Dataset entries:
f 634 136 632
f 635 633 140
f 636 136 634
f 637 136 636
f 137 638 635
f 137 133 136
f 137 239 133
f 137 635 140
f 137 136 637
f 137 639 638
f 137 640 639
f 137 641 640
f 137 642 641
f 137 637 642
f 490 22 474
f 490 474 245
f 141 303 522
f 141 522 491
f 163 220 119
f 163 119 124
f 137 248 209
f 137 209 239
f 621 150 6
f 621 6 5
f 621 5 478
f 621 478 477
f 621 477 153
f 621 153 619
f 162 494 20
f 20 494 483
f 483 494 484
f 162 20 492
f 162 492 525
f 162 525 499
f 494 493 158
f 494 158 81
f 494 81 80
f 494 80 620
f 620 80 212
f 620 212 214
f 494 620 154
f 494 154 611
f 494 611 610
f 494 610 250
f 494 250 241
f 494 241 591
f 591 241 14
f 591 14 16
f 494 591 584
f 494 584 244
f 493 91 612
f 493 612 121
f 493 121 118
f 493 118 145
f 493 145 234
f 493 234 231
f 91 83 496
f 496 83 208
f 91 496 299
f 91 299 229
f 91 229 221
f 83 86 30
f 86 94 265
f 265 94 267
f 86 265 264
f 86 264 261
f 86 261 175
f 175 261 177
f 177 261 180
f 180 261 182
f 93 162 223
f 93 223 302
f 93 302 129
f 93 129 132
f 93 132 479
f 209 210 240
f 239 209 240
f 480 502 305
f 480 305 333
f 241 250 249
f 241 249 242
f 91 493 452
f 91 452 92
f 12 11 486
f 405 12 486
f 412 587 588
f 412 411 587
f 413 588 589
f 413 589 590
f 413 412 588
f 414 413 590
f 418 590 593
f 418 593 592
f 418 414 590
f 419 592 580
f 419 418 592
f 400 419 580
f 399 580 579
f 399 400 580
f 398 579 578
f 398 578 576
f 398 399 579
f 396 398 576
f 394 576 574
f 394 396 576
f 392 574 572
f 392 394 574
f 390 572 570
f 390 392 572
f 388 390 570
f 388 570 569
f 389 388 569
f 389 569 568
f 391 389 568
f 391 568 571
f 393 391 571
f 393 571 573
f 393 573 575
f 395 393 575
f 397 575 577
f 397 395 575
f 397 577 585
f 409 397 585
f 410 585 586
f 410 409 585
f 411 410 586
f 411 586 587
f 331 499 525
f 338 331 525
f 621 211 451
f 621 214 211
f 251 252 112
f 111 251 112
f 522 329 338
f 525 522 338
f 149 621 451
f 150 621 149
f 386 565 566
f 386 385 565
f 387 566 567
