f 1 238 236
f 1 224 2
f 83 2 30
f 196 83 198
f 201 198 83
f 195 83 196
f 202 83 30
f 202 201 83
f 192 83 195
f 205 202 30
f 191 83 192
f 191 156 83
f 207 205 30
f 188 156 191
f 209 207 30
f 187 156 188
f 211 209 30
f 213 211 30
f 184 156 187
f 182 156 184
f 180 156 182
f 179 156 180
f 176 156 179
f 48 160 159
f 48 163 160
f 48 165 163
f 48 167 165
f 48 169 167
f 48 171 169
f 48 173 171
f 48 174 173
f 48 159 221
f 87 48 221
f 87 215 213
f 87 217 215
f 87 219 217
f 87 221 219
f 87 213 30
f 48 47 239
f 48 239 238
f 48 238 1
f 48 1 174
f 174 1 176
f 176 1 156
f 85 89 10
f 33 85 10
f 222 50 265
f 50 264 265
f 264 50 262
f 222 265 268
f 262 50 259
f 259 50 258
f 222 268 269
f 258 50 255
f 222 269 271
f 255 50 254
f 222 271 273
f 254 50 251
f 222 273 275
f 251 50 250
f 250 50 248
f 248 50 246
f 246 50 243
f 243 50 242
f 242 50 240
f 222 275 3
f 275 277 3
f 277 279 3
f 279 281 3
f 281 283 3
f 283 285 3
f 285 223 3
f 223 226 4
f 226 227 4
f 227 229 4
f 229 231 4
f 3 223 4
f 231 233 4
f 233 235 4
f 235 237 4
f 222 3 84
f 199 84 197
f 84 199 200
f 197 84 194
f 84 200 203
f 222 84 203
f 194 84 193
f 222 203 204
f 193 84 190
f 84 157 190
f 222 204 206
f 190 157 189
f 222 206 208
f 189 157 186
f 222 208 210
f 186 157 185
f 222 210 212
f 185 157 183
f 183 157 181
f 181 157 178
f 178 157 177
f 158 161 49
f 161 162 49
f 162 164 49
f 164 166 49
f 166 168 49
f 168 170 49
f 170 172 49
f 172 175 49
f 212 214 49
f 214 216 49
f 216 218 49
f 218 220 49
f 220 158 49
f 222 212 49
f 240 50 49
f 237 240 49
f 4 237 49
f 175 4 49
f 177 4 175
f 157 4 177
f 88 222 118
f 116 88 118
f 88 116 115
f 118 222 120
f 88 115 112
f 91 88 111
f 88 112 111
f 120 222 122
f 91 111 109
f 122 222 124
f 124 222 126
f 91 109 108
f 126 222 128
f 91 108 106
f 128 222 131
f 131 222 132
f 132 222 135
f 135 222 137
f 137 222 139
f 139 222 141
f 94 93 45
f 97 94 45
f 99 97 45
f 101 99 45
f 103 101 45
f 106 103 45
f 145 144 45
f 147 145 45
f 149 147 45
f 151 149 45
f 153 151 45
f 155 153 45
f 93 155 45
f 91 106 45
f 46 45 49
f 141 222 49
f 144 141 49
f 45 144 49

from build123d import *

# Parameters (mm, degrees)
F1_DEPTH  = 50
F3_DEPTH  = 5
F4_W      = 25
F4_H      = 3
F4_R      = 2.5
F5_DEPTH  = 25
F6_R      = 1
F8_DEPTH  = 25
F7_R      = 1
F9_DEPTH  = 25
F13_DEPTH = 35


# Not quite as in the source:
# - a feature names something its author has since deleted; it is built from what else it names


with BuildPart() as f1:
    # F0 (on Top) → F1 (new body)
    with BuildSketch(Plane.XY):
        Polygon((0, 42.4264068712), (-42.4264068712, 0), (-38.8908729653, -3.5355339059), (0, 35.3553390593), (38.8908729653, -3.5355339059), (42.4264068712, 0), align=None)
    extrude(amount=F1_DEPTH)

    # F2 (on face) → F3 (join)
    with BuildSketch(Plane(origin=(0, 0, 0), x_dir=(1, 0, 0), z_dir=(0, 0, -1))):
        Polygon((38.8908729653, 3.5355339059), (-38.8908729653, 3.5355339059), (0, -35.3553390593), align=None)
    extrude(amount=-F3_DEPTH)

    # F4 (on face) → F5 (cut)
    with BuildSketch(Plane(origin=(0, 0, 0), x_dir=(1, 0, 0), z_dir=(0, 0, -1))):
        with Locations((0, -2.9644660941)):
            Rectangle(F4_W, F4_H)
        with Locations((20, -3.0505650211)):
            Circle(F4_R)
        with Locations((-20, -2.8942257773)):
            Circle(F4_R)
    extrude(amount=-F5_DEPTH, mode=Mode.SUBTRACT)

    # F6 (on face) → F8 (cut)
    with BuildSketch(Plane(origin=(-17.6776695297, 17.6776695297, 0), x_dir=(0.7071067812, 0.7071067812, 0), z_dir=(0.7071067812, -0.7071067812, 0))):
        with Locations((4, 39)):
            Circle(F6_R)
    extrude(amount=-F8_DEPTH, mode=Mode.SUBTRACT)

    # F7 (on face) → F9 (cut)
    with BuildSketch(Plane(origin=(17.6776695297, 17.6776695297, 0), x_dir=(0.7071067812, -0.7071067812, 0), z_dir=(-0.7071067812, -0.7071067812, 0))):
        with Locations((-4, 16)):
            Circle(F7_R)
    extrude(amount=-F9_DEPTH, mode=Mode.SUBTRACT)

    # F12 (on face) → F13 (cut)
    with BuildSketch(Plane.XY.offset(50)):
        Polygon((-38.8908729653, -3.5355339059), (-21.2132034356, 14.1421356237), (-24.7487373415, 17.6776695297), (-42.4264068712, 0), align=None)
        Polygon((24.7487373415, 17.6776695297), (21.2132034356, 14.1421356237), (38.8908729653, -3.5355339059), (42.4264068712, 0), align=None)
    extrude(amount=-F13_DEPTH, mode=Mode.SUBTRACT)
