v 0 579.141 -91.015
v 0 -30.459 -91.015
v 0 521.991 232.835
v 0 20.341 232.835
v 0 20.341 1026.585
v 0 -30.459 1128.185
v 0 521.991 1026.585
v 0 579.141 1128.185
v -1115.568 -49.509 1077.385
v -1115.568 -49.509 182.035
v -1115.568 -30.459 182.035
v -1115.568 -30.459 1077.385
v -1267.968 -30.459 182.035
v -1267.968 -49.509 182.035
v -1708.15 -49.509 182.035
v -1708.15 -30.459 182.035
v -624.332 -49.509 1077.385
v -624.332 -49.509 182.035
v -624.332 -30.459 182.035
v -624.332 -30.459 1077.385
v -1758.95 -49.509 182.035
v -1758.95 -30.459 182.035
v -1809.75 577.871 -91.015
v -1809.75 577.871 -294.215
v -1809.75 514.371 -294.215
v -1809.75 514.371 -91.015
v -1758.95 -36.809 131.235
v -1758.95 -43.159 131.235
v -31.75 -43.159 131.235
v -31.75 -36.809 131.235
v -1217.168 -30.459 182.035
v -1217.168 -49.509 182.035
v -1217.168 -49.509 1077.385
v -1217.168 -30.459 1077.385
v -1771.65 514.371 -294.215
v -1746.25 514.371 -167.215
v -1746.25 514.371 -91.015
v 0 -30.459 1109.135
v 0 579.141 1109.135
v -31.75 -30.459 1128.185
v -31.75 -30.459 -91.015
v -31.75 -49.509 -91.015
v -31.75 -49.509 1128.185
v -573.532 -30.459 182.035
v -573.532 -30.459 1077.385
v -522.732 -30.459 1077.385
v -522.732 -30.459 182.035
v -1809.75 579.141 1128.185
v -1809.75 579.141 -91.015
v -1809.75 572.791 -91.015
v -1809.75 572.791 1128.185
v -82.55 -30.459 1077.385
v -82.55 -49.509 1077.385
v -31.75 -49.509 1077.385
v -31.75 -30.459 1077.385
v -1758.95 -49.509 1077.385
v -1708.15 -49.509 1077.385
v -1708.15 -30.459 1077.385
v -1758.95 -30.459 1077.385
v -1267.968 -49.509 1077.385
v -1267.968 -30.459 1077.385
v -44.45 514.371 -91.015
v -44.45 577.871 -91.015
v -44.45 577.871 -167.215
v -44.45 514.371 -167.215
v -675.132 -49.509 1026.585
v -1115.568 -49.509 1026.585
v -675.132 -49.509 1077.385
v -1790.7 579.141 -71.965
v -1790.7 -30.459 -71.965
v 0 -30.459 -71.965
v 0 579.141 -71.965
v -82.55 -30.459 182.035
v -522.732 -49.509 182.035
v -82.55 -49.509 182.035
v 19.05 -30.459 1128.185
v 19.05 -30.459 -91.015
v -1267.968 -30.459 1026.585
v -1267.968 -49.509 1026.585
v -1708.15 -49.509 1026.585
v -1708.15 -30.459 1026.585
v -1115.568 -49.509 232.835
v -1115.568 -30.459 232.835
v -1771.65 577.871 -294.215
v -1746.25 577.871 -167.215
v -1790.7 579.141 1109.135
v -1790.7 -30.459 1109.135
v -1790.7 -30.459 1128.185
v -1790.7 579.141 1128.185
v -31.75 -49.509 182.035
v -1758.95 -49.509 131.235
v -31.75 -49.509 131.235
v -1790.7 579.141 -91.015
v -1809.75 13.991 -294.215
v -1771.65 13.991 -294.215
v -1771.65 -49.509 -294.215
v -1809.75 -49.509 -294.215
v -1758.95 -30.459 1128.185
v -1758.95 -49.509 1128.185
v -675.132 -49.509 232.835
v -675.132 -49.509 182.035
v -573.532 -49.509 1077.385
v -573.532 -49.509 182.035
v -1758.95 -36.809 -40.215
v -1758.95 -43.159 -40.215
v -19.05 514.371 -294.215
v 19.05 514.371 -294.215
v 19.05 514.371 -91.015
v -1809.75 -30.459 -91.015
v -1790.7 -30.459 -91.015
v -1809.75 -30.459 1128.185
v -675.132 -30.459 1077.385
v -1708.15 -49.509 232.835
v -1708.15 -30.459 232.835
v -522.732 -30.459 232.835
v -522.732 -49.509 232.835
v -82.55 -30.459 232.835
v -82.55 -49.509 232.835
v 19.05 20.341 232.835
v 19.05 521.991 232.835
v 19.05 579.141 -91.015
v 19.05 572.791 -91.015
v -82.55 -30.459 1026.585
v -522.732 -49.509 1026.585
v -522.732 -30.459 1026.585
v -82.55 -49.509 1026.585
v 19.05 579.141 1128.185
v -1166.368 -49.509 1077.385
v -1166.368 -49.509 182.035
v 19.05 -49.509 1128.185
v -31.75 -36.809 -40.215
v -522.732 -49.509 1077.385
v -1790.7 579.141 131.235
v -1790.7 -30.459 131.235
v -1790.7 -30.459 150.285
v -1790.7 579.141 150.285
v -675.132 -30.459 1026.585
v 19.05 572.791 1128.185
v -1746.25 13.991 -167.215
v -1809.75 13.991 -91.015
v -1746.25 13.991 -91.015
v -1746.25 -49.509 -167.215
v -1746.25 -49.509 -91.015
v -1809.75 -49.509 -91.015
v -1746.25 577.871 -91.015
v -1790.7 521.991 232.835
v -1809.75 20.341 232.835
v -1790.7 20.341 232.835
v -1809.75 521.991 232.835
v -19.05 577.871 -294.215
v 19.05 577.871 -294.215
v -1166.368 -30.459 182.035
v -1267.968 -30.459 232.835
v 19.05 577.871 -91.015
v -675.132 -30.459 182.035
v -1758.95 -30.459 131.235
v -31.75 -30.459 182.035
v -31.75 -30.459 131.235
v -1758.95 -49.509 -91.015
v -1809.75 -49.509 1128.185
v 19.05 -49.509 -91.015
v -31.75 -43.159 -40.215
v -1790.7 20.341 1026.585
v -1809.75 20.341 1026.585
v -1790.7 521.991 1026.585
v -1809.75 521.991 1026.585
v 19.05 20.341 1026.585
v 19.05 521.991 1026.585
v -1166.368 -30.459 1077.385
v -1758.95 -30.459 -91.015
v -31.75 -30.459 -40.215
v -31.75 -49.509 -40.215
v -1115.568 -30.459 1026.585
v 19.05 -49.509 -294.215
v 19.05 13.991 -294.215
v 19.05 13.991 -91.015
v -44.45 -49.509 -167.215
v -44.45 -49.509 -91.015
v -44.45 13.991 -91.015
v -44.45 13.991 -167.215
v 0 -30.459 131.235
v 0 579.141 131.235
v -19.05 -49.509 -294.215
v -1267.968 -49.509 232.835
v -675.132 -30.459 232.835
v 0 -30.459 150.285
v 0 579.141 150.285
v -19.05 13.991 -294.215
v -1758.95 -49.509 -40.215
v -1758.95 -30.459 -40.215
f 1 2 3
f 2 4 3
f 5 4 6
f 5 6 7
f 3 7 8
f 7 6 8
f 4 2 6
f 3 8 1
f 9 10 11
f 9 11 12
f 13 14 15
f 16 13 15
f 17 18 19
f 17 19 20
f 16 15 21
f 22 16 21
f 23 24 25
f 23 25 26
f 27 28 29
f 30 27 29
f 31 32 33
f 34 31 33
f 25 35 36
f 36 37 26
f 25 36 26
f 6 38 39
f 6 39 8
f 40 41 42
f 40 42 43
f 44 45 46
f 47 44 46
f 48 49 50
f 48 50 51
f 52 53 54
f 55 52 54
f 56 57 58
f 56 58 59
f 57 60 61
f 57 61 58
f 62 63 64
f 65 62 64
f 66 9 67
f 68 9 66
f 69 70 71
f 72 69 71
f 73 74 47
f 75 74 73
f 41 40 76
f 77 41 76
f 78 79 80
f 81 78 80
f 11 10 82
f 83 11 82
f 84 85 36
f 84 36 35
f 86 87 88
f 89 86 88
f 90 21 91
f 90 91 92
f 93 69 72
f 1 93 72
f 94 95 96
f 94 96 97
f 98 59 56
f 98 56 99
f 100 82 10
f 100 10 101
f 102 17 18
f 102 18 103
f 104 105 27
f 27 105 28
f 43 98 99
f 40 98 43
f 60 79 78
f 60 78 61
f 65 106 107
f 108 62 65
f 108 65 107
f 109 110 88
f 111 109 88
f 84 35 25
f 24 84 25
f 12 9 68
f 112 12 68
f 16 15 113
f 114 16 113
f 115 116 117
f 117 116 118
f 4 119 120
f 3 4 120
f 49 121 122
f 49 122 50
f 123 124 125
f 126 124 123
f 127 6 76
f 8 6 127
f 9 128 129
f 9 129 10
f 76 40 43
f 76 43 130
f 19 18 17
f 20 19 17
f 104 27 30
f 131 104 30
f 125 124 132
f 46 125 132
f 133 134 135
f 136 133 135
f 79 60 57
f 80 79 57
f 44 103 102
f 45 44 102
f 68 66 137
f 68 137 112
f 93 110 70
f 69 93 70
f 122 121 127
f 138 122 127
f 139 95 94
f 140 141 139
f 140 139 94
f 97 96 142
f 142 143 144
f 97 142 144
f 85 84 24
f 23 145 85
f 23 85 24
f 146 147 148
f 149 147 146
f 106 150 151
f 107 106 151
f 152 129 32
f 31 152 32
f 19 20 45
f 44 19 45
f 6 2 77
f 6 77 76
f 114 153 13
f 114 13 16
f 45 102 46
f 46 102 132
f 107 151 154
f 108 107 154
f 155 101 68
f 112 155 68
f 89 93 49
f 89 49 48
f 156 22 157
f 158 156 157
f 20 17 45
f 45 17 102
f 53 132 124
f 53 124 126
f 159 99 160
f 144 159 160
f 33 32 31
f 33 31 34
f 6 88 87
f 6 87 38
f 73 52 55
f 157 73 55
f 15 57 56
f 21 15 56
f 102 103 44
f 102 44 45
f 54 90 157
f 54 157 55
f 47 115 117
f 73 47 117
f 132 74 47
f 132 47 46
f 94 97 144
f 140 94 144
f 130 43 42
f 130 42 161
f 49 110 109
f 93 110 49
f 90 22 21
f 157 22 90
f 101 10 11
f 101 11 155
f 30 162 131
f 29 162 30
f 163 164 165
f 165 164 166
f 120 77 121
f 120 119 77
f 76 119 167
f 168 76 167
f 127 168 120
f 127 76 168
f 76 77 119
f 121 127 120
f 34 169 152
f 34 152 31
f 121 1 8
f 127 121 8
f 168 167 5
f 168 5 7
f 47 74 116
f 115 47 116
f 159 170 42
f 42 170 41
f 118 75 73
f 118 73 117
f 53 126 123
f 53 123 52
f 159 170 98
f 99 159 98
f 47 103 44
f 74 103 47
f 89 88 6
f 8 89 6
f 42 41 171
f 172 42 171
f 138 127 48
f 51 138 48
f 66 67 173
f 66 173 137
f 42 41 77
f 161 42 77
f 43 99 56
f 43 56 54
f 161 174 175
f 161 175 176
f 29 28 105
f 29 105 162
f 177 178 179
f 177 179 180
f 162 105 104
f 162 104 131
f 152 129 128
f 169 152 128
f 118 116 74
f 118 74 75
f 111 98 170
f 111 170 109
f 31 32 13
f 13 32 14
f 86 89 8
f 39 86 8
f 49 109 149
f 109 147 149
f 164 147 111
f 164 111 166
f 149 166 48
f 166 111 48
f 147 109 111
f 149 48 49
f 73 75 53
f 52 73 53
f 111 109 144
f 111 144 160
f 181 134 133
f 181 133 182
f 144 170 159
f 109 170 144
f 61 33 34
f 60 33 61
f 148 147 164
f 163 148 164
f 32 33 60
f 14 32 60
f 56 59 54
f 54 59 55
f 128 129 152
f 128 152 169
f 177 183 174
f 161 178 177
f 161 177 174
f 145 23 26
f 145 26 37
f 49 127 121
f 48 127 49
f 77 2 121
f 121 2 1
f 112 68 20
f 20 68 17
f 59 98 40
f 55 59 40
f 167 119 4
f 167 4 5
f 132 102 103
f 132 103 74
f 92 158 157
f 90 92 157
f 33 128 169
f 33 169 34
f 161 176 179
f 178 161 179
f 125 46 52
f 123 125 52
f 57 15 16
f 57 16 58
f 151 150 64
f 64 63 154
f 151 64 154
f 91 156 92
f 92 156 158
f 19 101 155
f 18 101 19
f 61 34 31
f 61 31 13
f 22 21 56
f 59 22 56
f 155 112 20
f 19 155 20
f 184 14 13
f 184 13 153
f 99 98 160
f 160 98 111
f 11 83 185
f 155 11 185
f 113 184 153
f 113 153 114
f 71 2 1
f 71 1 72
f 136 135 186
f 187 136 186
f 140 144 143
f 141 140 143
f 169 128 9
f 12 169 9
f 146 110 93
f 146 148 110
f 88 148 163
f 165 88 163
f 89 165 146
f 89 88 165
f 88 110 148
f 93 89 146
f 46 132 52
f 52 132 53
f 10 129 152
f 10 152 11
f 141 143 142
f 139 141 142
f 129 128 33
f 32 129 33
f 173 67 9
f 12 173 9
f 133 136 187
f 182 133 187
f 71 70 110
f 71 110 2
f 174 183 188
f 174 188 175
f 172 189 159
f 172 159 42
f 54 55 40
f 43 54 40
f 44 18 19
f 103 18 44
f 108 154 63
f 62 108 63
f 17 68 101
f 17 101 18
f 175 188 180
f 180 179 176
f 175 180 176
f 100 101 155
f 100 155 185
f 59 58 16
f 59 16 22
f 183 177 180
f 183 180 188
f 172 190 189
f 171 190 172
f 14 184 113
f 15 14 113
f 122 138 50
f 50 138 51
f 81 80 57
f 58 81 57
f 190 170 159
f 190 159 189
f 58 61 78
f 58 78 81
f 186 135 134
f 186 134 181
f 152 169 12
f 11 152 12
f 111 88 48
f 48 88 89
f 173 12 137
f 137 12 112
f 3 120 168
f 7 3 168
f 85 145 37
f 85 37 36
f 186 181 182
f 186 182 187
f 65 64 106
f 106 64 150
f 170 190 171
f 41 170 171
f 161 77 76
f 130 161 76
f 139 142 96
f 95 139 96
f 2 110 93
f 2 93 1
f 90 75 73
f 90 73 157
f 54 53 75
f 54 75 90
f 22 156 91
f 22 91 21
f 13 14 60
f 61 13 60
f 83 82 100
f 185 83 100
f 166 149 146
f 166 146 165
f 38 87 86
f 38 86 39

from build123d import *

# Parameters (mm, degrees)
F0_W      = 609.6
F0_H      = 1219.2
F1_DEPTH  = 19.05
F2_W      = 501.65
F2_H      = 793.75
F3_DEPTH  = 19.051
F6_W      = 1790.7
F6_H      = 19.05
F7_DEPTH  = 609.6
F8_W      = 1790.7
F8_H      = 19.05
F9_DEPTH  = 609.6
F10_W     = 1790.7
F10_H     = 19.05
F11_DEPTH = 609.6
F12_W     = 50.8
F12_H     = 1219.2
F13_DEPTH = 19.05
F15_W     = 1727.2
F15_H     = 50.8
F16_DEPTH = 19.05
F17_W     = 1727.2
F17_H     = 50.8
F18_DEPTH = 19.05
F19_W     = 1727.2
F19_H     = 50.8
F20_DEPTH = 19.05
F23_W     = 50.8
F23_H     = 895.35
F24_DEPTH = 19.05
F22_W     = 1727.2
F22_H     = 171.45
F26_DEPTH = 6.35
F27_W     = 50.8
F27_H     = 895.35
F28_DEPTH = 19.05
F29_W     = 50.8
F29_H     = 895.35
F30_DEPTH = 19.05
F31_W     = 440.182
F31_H     = 50.8
F32_DEPTH = 19.05
F33_W     = 440.182
F33_H     = 50.8
F34_DEPTH = 19.05
F36_W     = 50.8
F36_H     = 895.35
F37_DEPTH = 19.05
F38_W     = 50.8
F38_H     = 895.35
F39_DEPTH = 19.05
F40_W     = 440.436
F40_H     = 50.8
F41_DEPTH = 19.05
F42_W     = 440.436
F42_H     = 50.8
F43_DEPTH = 19.05
F44_W     = 1828.8
F44_H     = 1219.2
F45_DEPTH = 6.35
F47_DEPTH = 63.5


with BuildPart() as f1:
    # F0 (on Right) → F1 (new body)
    with BuildSketch(Plane.YZ):
        with Locations((274.3411302805, 518.5848358816)):
            Rectangle(F0_W, F0_H)
    extrude(amount=F1_DEPTH)

    # F2 (on face) → F3 (cut, through all)
    with BuildSketch(Plane.YZ.offset(19.05)):
        with Locations((271.1661302805, 629.7098358816)):
            Rectangle(F2_W, F2_H)
    extrude(amount=-F3_DEPTH, mode=Mode.SUBTRACT)


with BuildPart() as f5_1:
    # F5: instance of F1
    add(f1.part.mirror(Plane(origin=(-895.35, 278.0051626517, 390.3437028911), x_dir=(0, 1, 0), z_dir=(1, 0, 0))))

EXERCISE BRIEF => One number makes up the answer: the number of lines among the entries that include the word "Circle".

SOLUTION FOR THIS EXERCISE => 4